Rojo
- Species: Llama
- Sex: Male
- Died: November 6, 2019
- Resting place: Washington School for the Blind
- Nationality: United States
- Occupation: Therapy animal
- Owner: Shannon Joy
- Residence: Mountain Peaks Therapy Llamas and Alpacas
- Named after: Red colouring

= Rojo the Llama =

Therapy animal

Rojo the Llama was a llama and therapy animal based in the Pacific Northwest region of the United States. His handler was Shannon Joy of Mountain Peaks Therapy Llamas and Alpacas, also known as the "Llama Mama". He was named after his red coloring ("rojo" means "red" in Spanish).

Rojo was a show animal in a 4-H program and entered Dove Lewis' Animal-Assisted Therapy Training program at the age of 5. He was the grand marshal of Portland's Junior Rose Festival in 2013, and appeared at the city's Grand Floral Parade in 2019. Joy raised more than $8,000 to publish a children's book about Rojo called Rojo, The Perfectly Imperfect Llama. In 2018, Joy and Rojo appeared at the Ilani Casino Resort to audition for the twentieth season of the reality television series Big Brother.

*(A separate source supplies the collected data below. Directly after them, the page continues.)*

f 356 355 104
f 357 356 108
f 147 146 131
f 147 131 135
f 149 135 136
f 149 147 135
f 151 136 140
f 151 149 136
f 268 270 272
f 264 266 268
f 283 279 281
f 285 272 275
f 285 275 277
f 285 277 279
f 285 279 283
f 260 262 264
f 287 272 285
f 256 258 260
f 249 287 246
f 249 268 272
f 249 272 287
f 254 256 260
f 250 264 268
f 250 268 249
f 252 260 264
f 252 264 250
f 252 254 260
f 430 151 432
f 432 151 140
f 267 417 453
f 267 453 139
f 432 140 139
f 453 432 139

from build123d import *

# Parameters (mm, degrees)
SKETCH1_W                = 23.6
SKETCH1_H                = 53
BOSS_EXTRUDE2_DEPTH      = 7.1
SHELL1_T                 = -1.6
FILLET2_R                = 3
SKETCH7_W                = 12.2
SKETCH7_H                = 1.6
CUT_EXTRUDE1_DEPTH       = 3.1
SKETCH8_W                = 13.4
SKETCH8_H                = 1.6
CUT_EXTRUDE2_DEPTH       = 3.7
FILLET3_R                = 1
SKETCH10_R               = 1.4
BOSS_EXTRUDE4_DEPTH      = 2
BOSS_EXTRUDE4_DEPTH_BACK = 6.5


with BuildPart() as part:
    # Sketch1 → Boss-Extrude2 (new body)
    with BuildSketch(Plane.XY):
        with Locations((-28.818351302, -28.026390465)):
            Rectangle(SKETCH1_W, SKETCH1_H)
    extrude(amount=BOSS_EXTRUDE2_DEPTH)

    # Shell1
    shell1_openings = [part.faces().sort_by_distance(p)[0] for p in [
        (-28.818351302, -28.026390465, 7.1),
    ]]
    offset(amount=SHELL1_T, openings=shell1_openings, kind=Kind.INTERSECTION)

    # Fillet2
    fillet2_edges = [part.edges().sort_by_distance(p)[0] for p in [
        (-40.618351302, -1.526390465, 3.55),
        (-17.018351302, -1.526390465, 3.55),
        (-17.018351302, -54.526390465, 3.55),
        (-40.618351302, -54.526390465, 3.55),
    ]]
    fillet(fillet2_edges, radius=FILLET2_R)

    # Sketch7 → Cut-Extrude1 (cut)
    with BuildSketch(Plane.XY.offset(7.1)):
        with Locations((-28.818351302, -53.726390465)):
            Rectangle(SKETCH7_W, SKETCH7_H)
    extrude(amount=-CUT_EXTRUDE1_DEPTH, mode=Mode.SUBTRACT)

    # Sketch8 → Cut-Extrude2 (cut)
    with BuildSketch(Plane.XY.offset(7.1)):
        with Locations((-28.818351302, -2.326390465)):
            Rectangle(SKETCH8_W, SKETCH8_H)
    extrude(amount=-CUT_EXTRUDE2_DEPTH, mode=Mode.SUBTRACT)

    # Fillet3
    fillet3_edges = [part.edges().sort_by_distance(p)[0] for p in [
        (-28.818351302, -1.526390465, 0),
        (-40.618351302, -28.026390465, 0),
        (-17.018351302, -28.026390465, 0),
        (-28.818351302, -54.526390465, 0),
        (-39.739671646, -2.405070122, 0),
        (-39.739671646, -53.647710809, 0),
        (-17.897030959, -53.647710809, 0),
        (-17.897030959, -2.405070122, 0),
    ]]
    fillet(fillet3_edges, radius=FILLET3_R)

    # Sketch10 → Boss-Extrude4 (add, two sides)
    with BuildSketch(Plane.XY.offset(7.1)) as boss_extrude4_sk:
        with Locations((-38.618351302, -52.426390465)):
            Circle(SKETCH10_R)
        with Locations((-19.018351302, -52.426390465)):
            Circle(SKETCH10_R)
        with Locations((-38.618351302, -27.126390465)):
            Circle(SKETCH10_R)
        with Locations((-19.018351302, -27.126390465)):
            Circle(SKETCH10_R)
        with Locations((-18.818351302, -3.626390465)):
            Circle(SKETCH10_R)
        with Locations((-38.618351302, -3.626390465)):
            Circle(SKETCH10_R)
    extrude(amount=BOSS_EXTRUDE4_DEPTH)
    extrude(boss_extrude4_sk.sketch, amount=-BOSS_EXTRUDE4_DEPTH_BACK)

Rojo has been described as "Portland's most famous therapy animal". In 2019, after being a therapy animal for twelve years, Rojo retired and returned to his owner's Ridgefield, Washington farm. After experiencing declining health, Rojo died on the morning of November 6, 2019. His owners are having his body preserved and donated to the wildlife safari room at the Washington School for the Blind.